Work order:
Would you repeat every line of the material exactly?

Supplied material:
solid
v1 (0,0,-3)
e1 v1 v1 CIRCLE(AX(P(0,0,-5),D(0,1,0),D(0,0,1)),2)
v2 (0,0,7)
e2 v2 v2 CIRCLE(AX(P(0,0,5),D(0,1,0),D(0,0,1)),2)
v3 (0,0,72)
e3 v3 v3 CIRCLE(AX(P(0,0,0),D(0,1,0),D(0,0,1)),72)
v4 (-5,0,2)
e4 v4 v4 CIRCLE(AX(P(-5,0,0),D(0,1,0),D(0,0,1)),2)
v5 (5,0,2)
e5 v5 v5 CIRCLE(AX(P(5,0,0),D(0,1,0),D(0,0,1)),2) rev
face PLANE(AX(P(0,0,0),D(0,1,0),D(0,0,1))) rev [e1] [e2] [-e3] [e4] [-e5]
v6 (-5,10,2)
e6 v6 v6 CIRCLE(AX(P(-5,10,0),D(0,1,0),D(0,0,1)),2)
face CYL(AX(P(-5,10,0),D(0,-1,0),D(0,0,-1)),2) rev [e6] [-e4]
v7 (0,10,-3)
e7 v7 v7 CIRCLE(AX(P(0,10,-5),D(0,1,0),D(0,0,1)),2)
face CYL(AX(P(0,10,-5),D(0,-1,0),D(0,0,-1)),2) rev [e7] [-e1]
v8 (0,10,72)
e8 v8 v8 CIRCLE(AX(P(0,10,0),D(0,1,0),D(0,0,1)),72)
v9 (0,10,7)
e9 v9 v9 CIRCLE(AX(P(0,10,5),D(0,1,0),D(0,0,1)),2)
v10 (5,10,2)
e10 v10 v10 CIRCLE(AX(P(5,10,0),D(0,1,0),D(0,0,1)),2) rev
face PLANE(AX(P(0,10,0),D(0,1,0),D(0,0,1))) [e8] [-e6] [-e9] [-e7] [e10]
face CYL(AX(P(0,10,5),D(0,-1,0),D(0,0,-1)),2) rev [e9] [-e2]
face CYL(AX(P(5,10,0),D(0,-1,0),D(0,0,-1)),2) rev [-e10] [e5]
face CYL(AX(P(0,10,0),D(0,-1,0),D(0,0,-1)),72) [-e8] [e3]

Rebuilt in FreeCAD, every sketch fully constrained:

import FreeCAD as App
import Part
import Sketcher

V = App.Vector
Q = App.Units.Quantity

doc = App.newDocument("Part")
body = doc.addObject("PartDesign::Body", "Body")

# Sketch on XZ plane
sketch1 = body.newObject("Sketcher::SketchObject", "Sketch")
sketch1.AttachmentSupport = (doc.getObject("XZ_Plane"), [""])
sketch1.MapMode = "FlatFace"
sketch1.addGeometry([
    Part.Circle(V(0, 0, 0), V(0, 0, 1), 72),  # 0
    Part.Circle(V(0, -5, 0), V(0, 0, 1), 2),  # 1
    Part.Circle(V(-5, 0, 0), V(0, 0, 1), 2),  # 2
    Part.Circle(V(5, 0, 0), V(0, 0, 1), 2),  # 3
    Part.Circle(V(0, 5, 0), V(0, 0, 1), 2),  # 4
], False)
sketch1.addConstraint([
    Sketcher.Constraint("Coincident", 0, 3, -1, 1),
    Sketcher.Constraint("Equal", 1, 2),
    Sketcher.Constraint("Equal", 2, 3),
    Sketcher.Constraint("Equal", 3, 4),
    Sketcher.Constraint("Symmetric", 2, 3, 3, 3, -1, 1),
    Sketcher.Constraint("Symmetric", 1, 3, 4, 3, -1, 1),
    Sketcher.Constraint("PointOnObject", 1, 3, -2),
    Sketcher.Constraint("PointOnObject", 2, 3, -1),
    Sketcher.Constraint("Diameter", 0, Q("144 mm")),
    Sketcher.Constraint("Diameter", 1, Q("4 mm")),
    Sketcher.Constraint("DistanceY", 1, 3, -1, 1, Q("5 mm")),
    Sketcher.Constraint("DistanceX", 2, 3, -1, 1, Q("5 mm")),
])
pad1 = body.newObject("PartDesign::Pad", "Pad")
pad1.Profile = sketch1
pad1.Length = 10
pad1.Reversed = True

doc.recompute()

Written answer:
solid
v1 (0,0,-3)
e1 v1 v1 CIRCLE(AX(P(0,0,-5),D(0,1,0),D(0,0,1)),2)
v2 (0,0,7)
e2 v2 v2 CIRCLE(AX(P(0,0,5),D(0,1,0),D(0,0,1)),2)
v3 (0,0,72)
e3 v3 v3 CIRCLE(AX(P(0,0,0),D(0,1,0),D(0,0,1)),72)
v4 (-5,0,2)
e4 v4 v4 CIRCLE(AX(P(-5,0,0),D(0,1,0),D(0,0,1)),2)
v5 (5,0,2)
e5 v5 v5 CIRCLE(AX(P(5,0,0),D(0,1,0),D(0,0,1)),2) rev
face PLANE(AX(P(0,0,0),D(0,1,0),D(0,0,1))) rev [e1] [e2] [-e3] [e4] [-e5]
v6 (-5,10,2)
e6 v6 v6 CIRCLE(AX(P(-5,10,0),D(0,1,0),D(0,0,1)),2)
face CYL(AX(P(-5,10,0),D(0,-1,0),D(0,0,-1)),2) rev [e6] [-e4]
v7 (0,10,-3)
e7 v7 v7 CIRCLE(AX(P(0,10,-5),D(0,1,0),D(0,0,1)),2)
face CYL(AX(P(0,10,-5),D(0,-1,0),D(0,0,-1)),2) rev [e7] [-e1]
v8 (0,10,72)
e8 v8 v8 CIRCLE(AX(P(0,10,0),D(0,1,0),D(0,0,1)),72)
v9 (0,10,7)
e9 v9 v9 CIRCLE(AX(P(0,10,5),D(0,1,0),D(0,0,1)),2)
v10 (5,10,2)
e10 v10 v10 CIRCLE(AX(P(5,10,0),D(0,1,0),D(0,0,1)),2) rev
face PLANE(AX(P(0,10,0),D(0,1,0),D(0,0,1))) [e8] [-e6] [-e9] [-e7] [e10]
face CYL(AX(P(0,10,5),D(0,-1,0),D(0,0,-1)),2) rev [e9] [-e2]
face CYL(AX(P(5,10,0),D(0,-1,0),D(0,0,-1)),2) rev [-e10] [e5]
face CYL(AX(P(0,10,0),D(0,-1,0),D(0,0,-1)),72) [-e8] [e3]

Rebuilt in FreeCAD, every sketch fully constrained:

import FreeCAD as App
import Part
import Sketcher

V = App.Vector
Q = App.Units.Quantity

doc = App.newDocument("Part")
body = doc.addObject("PartDesign::Body", "Body")

# Sketch on XZ plane
sketch1 = body.newObject("Sketcher::SketchObject", "Sketch")
sketch1.AttachmentSupport = (doc.getObject("XZ_Plane"), [""])
sketch1.MapMode = "FlatFace"
sketch1.addGeometry([
    Part.Circle(V(0, 0, 0), V(0, 0, 1), 72),  # 0
    Part.Circle(V(0, -5, 0), V(0, 0, 1), 2),  # 1
    Part.Circle(V(-5, 0, 0), V(0, 0, 1), 2),  # 2
    Part.Circle(V(5, 0, 0), V(0, 0, 1), 2),  # 3
    Part.Circle(V(0, 5, 0), V(0, 0, 1), 2),  # 4
], False)
sketch1.addConstraint([
    Sketcher.Constraint("Coincident", 0, 3, -1, 1),
    Sketcher.Constraint("Equal", 1, 2),
    Sketcher.Constraint("Equal", 2, 3),
    Sketcher.Constraint("Equal", 3, 4),
    Sketcher.Constraint("Symmetric", 2, 3, 3, 3, -1, 1),
    Sketcher.Constraint("Symmetric", 1, 3, 4, 3, -1, 1),
    Sketcher.Constraint("PointOnObject", 1, 3, -2),
    Sketcher.Constraint("PointOnObject", 2, 3, -1),
    Sketcher.Constraint("Diameter", 0, Q("144 mm")),
    Sketcher.Constraint("Diameter", 1, Q("4 mm")),
    Sketcher.Constraint("DistanceY", 1, 3, -1, 1, Q("5 mm")),
    Sketcher.Constraint("DistanceX", 2, 3, -1, 1, Q("5 mm")),
])
pad1 = body.newObject("PartDesign::Pad", "Pad")
pad1.Profile = sketch1
pad1.Length = 10
pad1.Reversed = True

doc.recompute()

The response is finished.